Flights turned back as North haze worsens

Flights turned back as North haze worsens

Tourists cancel trips, locals falling sick

Haze hangs over Chiang Mai as a plane heads out for clearer skies. (EPA photo)
Haze hangs over Chiang Mai as a plane heads out for clearer skies. (EPA photo)

A thick layer of haze from slash and burn farming that has blanketed Chiang Mai's Muang district has prevented four flights from landing in the city's airport and poses health risks to city residents.

Staff at Chiang Mai airport confirmed Monday Thai Airways flight TG 106 from Suvarnabhumi airport and Thai Lion Air flight SL8504 from Don Mueang airport were forced to return to the capital between 11.40am and 12.05pm due to worsening haze conditions in Muang district.

Meanwhile, two other flights, Bangkok Airways flight PG241 from Samui of Surat Thani and Air Asia flight FD3161 from Phuket were diverted to land in Chiang Rai between 12.10pm and 12.30pm.

Flight diversions, worsening health problems among locals, and a rash of tourist cancellations stemming from the haze problem are increasing the economic cost of the farmer burn-offs, with authorities now threatening to take legal action against farms if the problem gets any worse.

The haze has affected visibility in many areas of Muang district, limiting visibility on tall buildings and Doi Suthep to between 500-1,000 metres Monday morning.

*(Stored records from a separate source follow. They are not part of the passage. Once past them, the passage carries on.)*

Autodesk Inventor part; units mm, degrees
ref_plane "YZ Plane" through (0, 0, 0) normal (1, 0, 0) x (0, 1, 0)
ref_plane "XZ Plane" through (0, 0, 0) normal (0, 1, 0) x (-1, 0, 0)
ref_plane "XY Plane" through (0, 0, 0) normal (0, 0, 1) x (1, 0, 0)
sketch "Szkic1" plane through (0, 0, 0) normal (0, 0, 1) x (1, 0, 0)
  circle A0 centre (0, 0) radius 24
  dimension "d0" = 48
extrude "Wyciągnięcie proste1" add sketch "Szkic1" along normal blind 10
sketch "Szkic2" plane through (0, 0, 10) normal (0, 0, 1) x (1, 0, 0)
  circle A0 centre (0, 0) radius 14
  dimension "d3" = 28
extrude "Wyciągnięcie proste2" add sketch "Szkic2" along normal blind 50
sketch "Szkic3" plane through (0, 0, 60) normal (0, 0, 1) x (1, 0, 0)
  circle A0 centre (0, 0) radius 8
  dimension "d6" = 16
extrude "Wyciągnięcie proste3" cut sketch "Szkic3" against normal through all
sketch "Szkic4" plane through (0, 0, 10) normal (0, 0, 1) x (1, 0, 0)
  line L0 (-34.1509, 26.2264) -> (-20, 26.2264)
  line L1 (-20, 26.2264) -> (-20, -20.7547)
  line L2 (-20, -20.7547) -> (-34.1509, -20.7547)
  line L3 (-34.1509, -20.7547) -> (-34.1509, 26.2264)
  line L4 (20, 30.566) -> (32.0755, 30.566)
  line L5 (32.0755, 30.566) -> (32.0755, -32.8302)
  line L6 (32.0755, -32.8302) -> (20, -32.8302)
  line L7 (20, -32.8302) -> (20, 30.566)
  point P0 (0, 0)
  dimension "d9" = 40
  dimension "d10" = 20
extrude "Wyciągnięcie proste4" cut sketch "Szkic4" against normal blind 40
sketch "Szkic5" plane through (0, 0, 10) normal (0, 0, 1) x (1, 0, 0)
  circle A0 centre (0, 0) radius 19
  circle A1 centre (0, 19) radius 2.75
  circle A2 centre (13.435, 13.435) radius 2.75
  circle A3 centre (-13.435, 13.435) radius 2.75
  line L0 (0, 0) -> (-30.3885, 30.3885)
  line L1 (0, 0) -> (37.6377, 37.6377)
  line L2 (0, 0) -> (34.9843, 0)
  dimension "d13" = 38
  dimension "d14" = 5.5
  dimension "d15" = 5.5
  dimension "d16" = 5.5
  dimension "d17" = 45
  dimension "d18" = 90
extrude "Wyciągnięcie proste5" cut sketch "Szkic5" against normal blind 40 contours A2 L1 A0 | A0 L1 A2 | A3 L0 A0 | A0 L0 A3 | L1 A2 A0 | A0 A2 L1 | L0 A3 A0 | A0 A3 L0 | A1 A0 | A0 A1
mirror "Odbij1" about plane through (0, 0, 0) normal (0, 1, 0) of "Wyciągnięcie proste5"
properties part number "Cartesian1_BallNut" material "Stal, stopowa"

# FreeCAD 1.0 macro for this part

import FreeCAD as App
import Part
import Sketcher

V = App.Vector
Q = App.Units.Quantity

doc = App.newDocument("Part")
body = doc.addObject("PartDesign::Body", "Body")

# Sketch on XY plane
sketch1 = body.newObject("Sketcher::SketchObject", "Sketch")
sketch1.AttachmentSupport = (doc.getObject("XY_Plane"), [""])
sketch1.MapMode = "FlatFace"
sketch1.addGeometry(Part.Circle(V(0, 0, 0), V(0, 0, 1), 24), False)
sketch1.addConstraint(Sketcher.Constraint("Coincident", 0, 3, -1, 1))
sketch1.addConstraint(Sketcher.Constraint("Diameter", 0, Q("48 mm")))
pad1 = body.newObject("PartDesign::Pad", "Pad")
pad1.Profile = sketch1
pad1.Length = 10

# Sketch on XY plane
sketch2 = body.newObject("Sketcher::SketchObject", "Sketch001")
sketch2.AttachmentSupport = (doc.getObject("XY_Plane"), [""])
sketch2.MapMode = "FlatFace"
sketch2.AttachmentOffset = App.Placement(V(0, 0, 10), App.Rotation())
sketch2.addGeometry(Part.Circle(V(0, 0, 0), V(0, 0, 1), 14), False)
sketch2.addConstraint(Sketcher.Constraint("Coincident", 0, 3, -1, 1))
sketch2.addConstraint(Sketcher.Constraint("Diameter", 0, Q("28 mm")))
pad2 = body.newObject("PartDesign::Pad", "Pad001")
pad2.Profile = sketch2
pad2.Length = 50

# Sketch on XY plane
sketch3 = body.newObject("Sketcher::SketchObject", "Sketch002")
sketch3.AttachmentSupport = (doc.getObject("XY_Plane"), [""])
sketch3.MapMode = "FlatFace"
sketch3.AttachmentOffset = App.Placement(V(0, 0, 60), App.Rotation())
sketch3.addGeometry(Part.Circle(V(0, 0, 0), V(0, 0, 1), 8), False)
sketch3.addConstraint(Sketcher.Constraint("Coincident", 0, 3, -1, 1))
sketch3.addConstraint(Sketcher.Constraint("Diameter", 0, Q("16 mm")))
pocket1 = body.newObject("PartDesign::Pocket", "Pocket")
pocket1.Profile = sketch3
pocket1.Type = "ThroughAll"

# Sketch on XY plane
sketch4 = body.newObject("Sketcher::SketchObject", "Sketch003")
sketch4.AttachmentSupport = (doc.getObject("XY_Plane"), [""])
sketch4.MapMode = "FlatFace"
sketch4.AttachmentOffset = App.Placement(V(0, 0, 10), App.Rotation())
sketch4.addGeometry(Part.LineSegment(V(-20, 26.2264, 0), V(-34.1509, 26.2264, 0)), False)
sketch4.addGeometry(Part.LineSegment(V(-34.1509, 26.2264, 0), V(-34.1509, -20.7547, 0)), False)
sketch4.addGeometry(Part.LineSegment(V(-34.1509, -20.7547, 0), V(-20, -20.7547, 0)), False)
sketch4.addGeometry(Part.LineSegment(V(-20, -20.7547, 0), V(-20, 26.2264, 0)), False)
sketch4.addGeometry(Part.LineSegment(V(32.0755, 30.566, 0), V(20, 30.566, 0)), False)
sketch4.addGeometry(Part.LineSegment(V(20, 30.566, 0), V(20, -32.8302, 0)), False)
sketch4.addGeometry(Part.LineSegment(V(20, -32.8302, 0), V(32.0755, -32.8302, 0)), False)
sketch4.addGeometry(Part.LineSegment(V(32.0755, -32.8302, 0), V(32.0755, 30.566, 0)), False)
sketch4.addConstraint(Sketcher.Constraint("Coincident", 0, 2, 1, 1))
sketch4.addConstraint(Sketcher.Constraint("Coincident", 1, 2, 2, 1))
sketch4.addConstraint(Sketcher.Constraint("Coincident", 2, 2, 3, 1))
sketch4.addConstraint(Sketcher.Constraint("Coincident", 3, 2, 0, 1))
sketch4.addConstraint(Sketcher.Constraint("Coincident", 4, 2, 5, 1))
sketch4.addConstraint(Sketcher.Constraint("Coincident", 5, 2, 6, 1))
sketch4.addConstraint(Sketcher.Constraint("Coincident", 6, 2, 7, 1))
sketch4.addConstraint(Sketcher.Constraint("Coincident", 7, 2, 4, 1))
sketch4.addConstraint(Sketcher.Constraint("Horizontal", 0))
sketch4.addConstraint(Sketcher.Constraint("Vertical", 1))
sketch4.addConstraint(Sketcher.Constraint("Horizontal", 2))
sketch4.addConstraint(Sketcher.Constraint("Vertical", 3))
sketch4.addConstraint(Sketcher.Constraint("Horizontal", 4))
sketch4.addConstraint(Sketcher.Constraint("Vertical", 5))
sketch4.addConstraint(Sketcher.Constraint("Horizontal", 6))
sketch4.addConstraint(Sketcher.Constraint("Vertical", 7))
sketch4.addConstraint(Sketcher.Constraint("DistanceX", 2, 2, -1, 1, Q("20 mm")))
sketch4.addConstraint(Sketcher.Constraint("DistanceX", -1, 1, 4, 2, Q("20 mm")))
sketch4.addConstraint(Sketcher.Constraint("DistanceX", 0, 2, 0, 1, Q("14.151 mm")))
sketch4.addConstraint(Sketcher.Constraint("DistanceY", 1, 2, 1, 1, Q("46.981 mm")))
sketch4.addConstraint(Sketcher.Constraint("DistanceX", 4, 2, 4, 1, Q("12.0755 mm")))
sketch4.addConstraint(Sketcher.Constraint("DistanceY", 5, 2, 5, 1, Q("63.3962 mm")))
sketch4.addConstraint(Sketcher.Constraint("DistanceY", -1, 1, 4, 2, Q("30.566 mm")))
sketch4.addConstraint(Sketcher.Constraint("DistanceY", -1, 1, 0, 2, Q("26.2264 mm")))
pocket2 = body.newObject("PartDesign::Pocket", "Pocket001")
pocket2.Profile = sketch4
pocket2.Length = 40

# Sketch on XY plane
sketch5 = body.newObject("Sketcher::SketchObject", "Sketch004")
sketch5.AttachmentSupport = (doc.getObject("XY_Plane"), [""])
sketch5.MapMode = "FlatFace"
sketch5.AttachmentOffset = App.Placement(V(0, 0, 10), App.Rotation())
sketch5.addGeometry(Part.Circle(V(13.435, 13.435, 0), V(0, 0, 1), 2.75), False)
sketch5.addGeometry(Part.Circle(V(-13.435, 13.435, 0), V(0, 0, 1), 2.75), False)
sketch5.addGeometry(Part.Circle(V(0, 19, 0), V(0, 0, 1), 2.75), False)
sketch5.addConstraint(Sketcher.Constraint("Equal", 0, 1))
sketch5.addConstraint(Sketcher.Constraint("Equal", 1, 2))
sketch5.addConstraint(Sketcher.Constraint("Symmetric", 0, 3, 1, 3, -2))
sketch5.addConstraint(Sketcher.Constraint("PointOnObject", 2, 3, -2))
sketch5.addConstraint(Sketcher.Constraint("Diameter", 0, Q("5.5 mm")))
sketch5.addConstraint(Sketcher.Constraint("DistanceY", -1, 1, 2, 3, Q("19 mm")))
sketch5.addConstraint(Sketcher.Constraint("DistanceX", 1, 3, 0, 3, Q("26.87 mm")))
sketch5.addConstraint(Sketcher.Constraint("DistanceY", -1, 1, 0, 3, Q("13.435 mm")))
pocket3 = body.newObject("PartDesign::Pocket", "Pocket002")
pocket3.Profile = sketch5
pocket3.Length = 40
doc.recompute()

mirrored = body.newObject("PartDesign::Mirrored", "Mirrored")
mirrored.Originals = [pocket3]
mirrored.MirrorPlane = (doc.getObject("XZ_Plane"), [""])
body.Tip = mirrored

doc.recompute()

Data from a pollution control unit at Yupparaj Wittayalai School showed that airborne particulate matter, or PM10, in Muang district stood at 258 microgrammes per cubic metre, exceeding the maximum safety threshold at 120 microgrammes.

Residents have complained of eye and nose irritations as the majority of them did not wear masks when they went outside, according health authorities.

They said more than 37,000 people have sought treatment for respiratory problems at community clinics since the start of this month.

Health authorities warned about the danger of haze pollution, advising residents to wear a mask when they go outdoors. Children, the elderly and patients should stay indoors to protect themselves, he said.

Natural Resources and Environment Minister Dapong Ratanasuwan said Monday Mae Chaem district was the worst hit by thick smog caused by farmers' forest fires.

Gen Dapong and his team had made an aerial inspection over Chiang Mai and said fires could be observed in at least 10 locations.

The smoke had caused visibility to drop during the inspection, he said, adding water had to be sprayed in the air to clear a path.

Gen Dapong said the ministry and officials representing 10 northern provinces had discussed to decide what to do about long-standing haze problems. The authorities had agreed to take legal action if needed against farmers burning off unwanted weeds, he said.

Pornchai Jitnawasatian, president of the Association of Tourism in Chiang Mai, said Chiang Mai has witnessed the worst haze this year. A number of tourists, especially those from Europe and America, have cancelled their trips to the province after the situation has grown worse.

Meanwhile, the worst haze conditions were reported in Mae Hong Son province where airborne particulate matter stood at 303 microgrammes per cubic metre, followed by Chiang Rai with 300 mcg, Chiang Mai with 258mcg, Phayao 251mcg, Lamphun 180mcg, Lampang 161mcg, Phrae 137 mcg, Nan 133mcg and Tak 132 mcg.